## What to do
Copy out the lines of the records below, and only those lines, from the one with "v -46.003 -51.091 18.75" through the one with "v -57.097 -25.421 18.75", exactly as they appear.

## Material provided
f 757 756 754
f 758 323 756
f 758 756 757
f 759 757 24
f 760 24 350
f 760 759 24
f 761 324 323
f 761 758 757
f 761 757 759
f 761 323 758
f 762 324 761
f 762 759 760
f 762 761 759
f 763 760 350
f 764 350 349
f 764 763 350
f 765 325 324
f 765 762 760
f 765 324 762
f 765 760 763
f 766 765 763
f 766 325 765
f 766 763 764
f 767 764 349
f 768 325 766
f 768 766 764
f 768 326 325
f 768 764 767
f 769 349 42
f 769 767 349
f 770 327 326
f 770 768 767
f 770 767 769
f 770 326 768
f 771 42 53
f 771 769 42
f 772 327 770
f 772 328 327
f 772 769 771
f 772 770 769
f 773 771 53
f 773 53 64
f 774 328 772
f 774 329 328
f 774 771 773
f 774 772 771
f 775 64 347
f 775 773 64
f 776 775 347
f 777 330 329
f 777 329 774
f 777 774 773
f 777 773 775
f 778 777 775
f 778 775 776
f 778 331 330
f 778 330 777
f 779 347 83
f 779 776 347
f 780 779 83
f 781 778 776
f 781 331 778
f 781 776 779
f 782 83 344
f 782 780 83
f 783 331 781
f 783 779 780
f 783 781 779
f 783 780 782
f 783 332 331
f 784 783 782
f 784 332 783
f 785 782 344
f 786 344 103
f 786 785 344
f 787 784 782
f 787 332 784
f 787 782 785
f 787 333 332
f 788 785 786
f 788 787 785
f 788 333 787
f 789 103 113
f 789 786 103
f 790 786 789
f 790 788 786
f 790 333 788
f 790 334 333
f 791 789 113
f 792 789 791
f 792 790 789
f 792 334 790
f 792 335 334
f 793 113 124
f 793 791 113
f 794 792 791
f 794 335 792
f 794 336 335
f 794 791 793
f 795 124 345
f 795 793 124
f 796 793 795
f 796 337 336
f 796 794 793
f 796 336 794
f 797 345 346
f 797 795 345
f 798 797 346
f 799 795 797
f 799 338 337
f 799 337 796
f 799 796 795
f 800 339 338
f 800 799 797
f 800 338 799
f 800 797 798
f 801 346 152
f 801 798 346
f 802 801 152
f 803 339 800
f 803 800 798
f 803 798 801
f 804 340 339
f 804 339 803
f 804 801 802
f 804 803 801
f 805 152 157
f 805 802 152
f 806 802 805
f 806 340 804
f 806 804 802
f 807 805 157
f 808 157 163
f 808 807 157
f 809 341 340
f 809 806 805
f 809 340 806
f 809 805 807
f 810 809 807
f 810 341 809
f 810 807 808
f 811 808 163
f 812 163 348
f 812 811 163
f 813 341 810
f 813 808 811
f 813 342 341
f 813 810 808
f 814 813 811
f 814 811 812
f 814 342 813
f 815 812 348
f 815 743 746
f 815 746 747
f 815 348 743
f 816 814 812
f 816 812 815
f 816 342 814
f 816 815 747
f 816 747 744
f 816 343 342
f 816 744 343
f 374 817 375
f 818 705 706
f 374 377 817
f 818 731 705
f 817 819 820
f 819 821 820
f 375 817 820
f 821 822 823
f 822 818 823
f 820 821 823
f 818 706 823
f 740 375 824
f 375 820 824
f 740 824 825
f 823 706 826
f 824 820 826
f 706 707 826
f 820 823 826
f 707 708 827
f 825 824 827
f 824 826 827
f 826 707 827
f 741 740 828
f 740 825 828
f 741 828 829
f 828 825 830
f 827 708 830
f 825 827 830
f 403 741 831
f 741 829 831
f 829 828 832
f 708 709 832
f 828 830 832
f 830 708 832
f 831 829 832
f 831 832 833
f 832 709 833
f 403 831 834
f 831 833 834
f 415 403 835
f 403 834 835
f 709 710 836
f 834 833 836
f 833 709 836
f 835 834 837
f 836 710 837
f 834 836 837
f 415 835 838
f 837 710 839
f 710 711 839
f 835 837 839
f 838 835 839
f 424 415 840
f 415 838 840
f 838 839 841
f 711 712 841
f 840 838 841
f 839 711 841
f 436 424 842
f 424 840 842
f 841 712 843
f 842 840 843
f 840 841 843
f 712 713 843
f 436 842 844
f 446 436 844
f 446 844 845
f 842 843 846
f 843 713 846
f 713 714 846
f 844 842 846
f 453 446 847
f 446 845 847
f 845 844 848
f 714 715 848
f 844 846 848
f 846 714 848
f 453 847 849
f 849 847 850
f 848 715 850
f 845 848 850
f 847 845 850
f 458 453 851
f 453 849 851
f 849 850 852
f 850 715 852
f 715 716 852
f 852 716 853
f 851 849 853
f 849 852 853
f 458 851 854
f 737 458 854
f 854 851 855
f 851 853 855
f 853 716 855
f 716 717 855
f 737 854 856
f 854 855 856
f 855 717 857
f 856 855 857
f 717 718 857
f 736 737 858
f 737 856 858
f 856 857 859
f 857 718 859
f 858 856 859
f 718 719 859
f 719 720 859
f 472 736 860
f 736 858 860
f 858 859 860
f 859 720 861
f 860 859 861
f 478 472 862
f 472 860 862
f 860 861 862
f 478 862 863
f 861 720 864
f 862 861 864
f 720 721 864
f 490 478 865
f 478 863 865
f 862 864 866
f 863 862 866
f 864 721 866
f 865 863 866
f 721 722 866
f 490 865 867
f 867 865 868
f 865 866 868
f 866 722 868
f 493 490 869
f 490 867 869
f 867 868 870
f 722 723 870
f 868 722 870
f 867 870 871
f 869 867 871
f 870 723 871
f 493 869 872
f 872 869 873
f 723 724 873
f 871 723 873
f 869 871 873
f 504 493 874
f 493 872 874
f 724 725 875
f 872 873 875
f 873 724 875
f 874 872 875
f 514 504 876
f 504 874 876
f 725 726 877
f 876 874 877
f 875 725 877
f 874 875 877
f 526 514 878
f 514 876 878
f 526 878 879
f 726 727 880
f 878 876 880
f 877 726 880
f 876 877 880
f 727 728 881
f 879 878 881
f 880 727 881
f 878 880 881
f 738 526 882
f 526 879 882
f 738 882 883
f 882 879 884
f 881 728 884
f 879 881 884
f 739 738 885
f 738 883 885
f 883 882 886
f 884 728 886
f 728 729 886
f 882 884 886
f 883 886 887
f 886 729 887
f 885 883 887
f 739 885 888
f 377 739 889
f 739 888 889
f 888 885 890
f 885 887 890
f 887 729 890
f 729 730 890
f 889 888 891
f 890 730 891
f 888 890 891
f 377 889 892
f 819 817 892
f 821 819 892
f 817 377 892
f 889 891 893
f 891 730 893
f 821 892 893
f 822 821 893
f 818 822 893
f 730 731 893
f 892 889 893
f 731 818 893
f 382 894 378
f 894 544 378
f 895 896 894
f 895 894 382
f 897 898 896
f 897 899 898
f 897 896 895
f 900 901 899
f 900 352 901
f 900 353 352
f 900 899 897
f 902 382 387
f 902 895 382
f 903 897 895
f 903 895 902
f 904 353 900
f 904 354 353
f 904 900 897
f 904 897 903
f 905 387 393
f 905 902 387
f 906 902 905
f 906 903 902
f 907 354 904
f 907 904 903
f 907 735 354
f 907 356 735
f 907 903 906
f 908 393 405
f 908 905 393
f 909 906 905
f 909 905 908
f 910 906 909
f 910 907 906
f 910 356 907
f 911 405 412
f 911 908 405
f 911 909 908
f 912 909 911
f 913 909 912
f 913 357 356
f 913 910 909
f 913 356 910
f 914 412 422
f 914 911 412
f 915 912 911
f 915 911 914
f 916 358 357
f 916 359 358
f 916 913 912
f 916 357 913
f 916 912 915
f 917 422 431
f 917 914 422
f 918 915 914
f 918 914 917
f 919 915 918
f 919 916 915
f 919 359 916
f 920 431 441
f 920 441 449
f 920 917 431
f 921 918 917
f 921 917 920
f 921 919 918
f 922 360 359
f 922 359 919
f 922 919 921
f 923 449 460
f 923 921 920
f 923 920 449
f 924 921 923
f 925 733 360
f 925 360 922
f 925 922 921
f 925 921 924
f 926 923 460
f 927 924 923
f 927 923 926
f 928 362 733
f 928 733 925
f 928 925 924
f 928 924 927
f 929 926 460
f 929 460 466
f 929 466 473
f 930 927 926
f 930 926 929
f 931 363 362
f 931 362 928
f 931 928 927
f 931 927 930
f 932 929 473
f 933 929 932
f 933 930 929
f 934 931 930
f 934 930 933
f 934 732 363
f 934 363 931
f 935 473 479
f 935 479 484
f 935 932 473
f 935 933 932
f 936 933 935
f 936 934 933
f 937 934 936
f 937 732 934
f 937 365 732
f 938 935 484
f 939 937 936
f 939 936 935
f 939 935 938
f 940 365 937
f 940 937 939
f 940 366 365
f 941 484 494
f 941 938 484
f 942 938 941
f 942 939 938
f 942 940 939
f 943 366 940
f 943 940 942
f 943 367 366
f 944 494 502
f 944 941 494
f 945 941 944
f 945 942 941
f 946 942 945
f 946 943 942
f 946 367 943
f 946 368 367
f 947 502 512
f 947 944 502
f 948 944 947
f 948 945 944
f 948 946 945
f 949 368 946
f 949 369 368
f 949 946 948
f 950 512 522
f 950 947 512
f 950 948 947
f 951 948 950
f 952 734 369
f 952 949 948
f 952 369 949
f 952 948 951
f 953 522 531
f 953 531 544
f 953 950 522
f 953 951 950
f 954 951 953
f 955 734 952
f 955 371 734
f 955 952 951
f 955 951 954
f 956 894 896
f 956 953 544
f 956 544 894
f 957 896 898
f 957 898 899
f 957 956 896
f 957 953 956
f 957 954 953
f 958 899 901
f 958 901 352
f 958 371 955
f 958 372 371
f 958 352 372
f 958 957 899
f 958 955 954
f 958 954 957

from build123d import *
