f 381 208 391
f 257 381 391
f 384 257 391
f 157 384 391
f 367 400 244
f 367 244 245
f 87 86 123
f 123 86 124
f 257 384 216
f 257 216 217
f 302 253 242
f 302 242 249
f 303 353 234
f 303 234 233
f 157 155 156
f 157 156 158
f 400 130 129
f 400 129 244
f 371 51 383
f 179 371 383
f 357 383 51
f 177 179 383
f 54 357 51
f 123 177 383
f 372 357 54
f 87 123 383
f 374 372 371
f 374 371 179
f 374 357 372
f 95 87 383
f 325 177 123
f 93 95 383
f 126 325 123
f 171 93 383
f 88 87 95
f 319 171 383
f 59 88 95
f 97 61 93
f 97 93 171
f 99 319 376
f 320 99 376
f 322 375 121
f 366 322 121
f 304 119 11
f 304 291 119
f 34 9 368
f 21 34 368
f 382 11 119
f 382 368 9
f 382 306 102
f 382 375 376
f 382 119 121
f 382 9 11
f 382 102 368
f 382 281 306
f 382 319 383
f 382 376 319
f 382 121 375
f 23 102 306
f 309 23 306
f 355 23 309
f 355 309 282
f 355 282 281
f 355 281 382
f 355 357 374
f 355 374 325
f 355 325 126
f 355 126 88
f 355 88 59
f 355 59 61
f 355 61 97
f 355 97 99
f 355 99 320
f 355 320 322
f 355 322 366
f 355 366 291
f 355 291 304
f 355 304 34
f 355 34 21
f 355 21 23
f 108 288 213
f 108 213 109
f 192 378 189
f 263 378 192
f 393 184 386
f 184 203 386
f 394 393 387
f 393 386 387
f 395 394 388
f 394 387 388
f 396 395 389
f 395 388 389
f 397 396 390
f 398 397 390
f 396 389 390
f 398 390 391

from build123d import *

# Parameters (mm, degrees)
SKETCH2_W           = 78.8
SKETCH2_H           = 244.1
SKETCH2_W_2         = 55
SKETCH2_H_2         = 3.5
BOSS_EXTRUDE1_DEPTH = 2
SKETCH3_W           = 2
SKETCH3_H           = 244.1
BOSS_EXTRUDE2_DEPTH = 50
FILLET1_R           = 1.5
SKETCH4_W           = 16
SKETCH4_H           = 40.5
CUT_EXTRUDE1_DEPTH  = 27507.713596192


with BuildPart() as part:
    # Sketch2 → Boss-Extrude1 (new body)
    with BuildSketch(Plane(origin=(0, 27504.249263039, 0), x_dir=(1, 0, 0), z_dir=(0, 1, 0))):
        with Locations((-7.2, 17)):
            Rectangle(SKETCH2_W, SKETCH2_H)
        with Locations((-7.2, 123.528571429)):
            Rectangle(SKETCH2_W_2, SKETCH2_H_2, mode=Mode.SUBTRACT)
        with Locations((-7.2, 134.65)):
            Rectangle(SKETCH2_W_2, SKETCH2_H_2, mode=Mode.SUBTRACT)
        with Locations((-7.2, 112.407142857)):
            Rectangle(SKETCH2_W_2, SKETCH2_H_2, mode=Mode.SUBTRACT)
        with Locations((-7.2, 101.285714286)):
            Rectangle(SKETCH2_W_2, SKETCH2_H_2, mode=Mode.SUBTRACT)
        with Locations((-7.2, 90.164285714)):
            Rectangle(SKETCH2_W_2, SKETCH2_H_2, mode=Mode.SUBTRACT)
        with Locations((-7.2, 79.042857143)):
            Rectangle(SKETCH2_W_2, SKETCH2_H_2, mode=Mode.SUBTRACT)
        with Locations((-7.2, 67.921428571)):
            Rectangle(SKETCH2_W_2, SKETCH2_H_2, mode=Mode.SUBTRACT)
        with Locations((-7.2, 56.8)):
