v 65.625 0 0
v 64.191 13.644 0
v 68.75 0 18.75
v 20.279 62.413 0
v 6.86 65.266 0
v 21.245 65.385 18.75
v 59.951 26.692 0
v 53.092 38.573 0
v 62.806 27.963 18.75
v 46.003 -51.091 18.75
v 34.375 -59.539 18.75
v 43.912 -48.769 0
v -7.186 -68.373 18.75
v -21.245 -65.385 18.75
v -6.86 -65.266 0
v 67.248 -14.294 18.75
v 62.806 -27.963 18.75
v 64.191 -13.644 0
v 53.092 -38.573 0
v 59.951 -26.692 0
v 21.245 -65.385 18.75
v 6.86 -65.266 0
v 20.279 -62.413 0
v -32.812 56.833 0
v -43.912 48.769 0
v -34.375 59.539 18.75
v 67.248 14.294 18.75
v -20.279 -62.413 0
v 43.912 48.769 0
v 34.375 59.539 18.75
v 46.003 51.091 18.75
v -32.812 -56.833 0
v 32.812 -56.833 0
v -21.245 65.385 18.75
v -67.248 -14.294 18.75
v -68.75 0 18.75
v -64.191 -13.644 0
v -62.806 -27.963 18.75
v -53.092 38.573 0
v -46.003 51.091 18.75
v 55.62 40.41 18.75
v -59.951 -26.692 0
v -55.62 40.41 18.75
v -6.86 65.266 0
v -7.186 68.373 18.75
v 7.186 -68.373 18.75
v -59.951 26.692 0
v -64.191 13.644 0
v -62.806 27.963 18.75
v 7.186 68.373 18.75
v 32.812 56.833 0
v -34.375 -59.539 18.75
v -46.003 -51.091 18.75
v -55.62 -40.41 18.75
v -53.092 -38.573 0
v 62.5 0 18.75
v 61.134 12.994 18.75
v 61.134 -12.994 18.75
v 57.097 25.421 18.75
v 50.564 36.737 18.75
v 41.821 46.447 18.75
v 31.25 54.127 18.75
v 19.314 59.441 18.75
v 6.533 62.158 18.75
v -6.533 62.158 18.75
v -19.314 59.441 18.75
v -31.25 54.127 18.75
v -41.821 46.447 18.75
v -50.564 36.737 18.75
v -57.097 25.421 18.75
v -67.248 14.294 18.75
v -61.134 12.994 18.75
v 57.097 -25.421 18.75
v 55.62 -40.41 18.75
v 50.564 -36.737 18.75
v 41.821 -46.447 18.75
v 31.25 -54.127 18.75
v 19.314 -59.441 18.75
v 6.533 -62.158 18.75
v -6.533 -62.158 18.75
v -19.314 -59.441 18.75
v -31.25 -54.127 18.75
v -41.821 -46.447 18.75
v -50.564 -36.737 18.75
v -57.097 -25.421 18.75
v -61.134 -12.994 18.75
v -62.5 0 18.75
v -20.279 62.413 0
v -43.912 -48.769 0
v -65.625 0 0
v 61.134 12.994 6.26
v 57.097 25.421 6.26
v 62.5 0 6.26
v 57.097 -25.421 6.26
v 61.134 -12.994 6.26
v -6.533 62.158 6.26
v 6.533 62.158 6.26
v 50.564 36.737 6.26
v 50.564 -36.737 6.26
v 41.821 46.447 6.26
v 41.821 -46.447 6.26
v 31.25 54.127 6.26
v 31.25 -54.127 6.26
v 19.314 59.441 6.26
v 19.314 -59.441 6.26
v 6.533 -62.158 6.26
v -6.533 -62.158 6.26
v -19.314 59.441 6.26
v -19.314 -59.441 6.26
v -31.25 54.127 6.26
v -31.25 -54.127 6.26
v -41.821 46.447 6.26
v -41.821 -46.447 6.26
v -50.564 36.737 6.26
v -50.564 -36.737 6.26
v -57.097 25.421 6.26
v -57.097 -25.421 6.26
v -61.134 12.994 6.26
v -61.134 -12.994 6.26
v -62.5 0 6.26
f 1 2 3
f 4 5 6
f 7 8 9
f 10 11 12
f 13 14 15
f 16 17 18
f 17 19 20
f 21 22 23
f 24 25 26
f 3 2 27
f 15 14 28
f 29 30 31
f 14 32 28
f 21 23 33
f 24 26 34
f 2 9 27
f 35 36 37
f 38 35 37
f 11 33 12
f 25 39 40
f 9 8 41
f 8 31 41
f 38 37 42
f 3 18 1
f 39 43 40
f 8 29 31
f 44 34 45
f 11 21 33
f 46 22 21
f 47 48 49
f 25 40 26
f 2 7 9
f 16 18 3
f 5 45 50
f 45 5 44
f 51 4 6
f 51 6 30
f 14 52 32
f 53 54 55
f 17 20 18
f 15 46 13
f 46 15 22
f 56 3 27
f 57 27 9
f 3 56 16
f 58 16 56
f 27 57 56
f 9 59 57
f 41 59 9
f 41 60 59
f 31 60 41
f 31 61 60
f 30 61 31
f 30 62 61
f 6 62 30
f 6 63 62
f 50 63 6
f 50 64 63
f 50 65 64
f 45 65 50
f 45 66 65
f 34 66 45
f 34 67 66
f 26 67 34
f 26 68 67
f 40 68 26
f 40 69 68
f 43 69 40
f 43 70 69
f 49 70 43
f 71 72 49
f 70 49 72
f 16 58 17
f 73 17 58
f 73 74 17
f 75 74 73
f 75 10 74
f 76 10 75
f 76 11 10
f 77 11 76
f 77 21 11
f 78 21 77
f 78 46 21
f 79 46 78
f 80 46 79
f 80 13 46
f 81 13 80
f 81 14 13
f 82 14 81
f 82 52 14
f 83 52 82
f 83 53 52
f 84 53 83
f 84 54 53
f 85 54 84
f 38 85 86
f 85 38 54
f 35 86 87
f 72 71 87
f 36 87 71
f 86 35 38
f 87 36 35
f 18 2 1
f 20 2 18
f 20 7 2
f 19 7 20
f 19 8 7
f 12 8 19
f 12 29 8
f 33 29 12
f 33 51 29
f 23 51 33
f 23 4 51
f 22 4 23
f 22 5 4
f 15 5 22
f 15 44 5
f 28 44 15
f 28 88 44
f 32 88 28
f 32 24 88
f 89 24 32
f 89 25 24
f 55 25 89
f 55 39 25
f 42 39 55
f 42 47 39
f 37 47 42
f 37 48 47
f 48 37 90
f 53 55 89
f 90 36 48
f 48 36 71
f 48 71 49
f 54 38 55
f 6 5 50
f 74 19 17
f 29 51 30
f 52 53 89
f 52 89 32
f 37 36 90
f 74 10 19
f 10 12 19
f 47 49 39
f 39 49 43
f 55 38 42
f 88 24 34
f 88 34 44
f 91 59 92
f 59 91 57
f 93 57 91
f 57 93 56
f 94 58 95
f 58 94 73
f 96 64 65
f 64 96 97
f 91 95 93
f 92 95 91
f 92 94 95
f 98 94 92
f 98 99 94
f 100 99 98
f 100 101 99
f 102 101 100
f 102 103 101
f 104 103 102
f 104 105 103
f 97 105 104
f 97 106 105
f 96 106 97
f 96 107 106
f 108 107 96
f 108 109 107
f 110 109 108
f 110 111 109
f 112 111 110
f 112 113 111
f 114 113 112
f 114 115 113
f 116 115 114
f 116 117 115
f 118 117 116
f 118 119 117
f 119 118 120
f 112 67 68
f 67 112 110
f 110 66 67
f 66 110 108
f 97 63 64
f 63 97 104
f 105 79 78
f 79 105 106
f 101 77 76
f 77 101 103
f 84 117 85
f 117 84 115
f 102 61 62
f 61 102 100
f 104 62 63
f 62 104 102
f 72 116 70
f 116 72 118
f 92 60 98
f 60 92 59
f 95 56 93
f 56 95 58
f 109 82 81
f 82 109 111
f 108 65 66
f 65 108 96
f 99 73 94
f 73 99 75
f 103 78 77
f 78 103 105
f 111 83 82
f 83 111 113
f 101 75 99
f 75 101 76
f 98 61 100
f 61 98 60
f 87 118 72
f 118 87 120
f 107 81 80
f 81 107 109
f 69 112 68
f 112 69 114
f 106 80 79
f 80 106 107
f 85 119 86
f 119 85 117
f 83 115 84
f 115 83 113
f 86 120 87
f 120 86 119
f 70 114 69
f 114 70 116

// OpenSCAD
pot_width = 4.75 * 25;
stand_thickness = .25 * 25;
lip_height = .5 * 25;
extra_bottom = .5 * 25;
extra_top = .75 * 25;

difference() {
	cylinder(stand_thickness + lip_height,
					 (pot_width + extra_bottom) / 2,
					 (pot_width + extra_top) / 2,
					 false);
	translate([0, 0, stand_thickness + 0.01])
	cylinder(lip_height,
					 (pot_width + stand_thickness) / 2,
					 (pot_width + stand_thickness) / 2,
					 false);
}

## Result below
v -46.003 -51.091 18.75
v -55.62 -40.41 18.75
v -53.092 -38.573 0
v 62.5 0 18.75
v 61.134 12.994 18.75
v 61.134 -12.994 18.75
v 57.097 25.421 18.75
v 50.564 36.737 18.75
v 41.821 46.447 18.75
v 31.25 54.127 18.75
v 19.314 59.441 18.75
v 6.533 62.158 18.75
v -6.533 62.158 18.75
v -19.314 59.441 18.75
v -31.25 54.127 18.75
v -41.821 46.447 18.75
v -50.564 36.737 18.75
v -57.097 25.421 18.75
v -67.248 14.294 18.75
v -61.134 12.994 18.75
v 57.097 -25.421 18.75
v 55.62 -40.41 18.75
v 50.564 -36.737 18.75
v 41.821 -46.447 18.75
v 31.25 -54.127 18.75
v 19.314 -59.441 18.75
v 6.533 -62.158 18.75
v -6.533 -62.158 18.75
v -19.314 -59.441 18.75
v -31.25 -54.127 18.75
v -41.821 -46.447 18.75
v -50.564 -36.737 18.75
v -57.097 -25.421 18.75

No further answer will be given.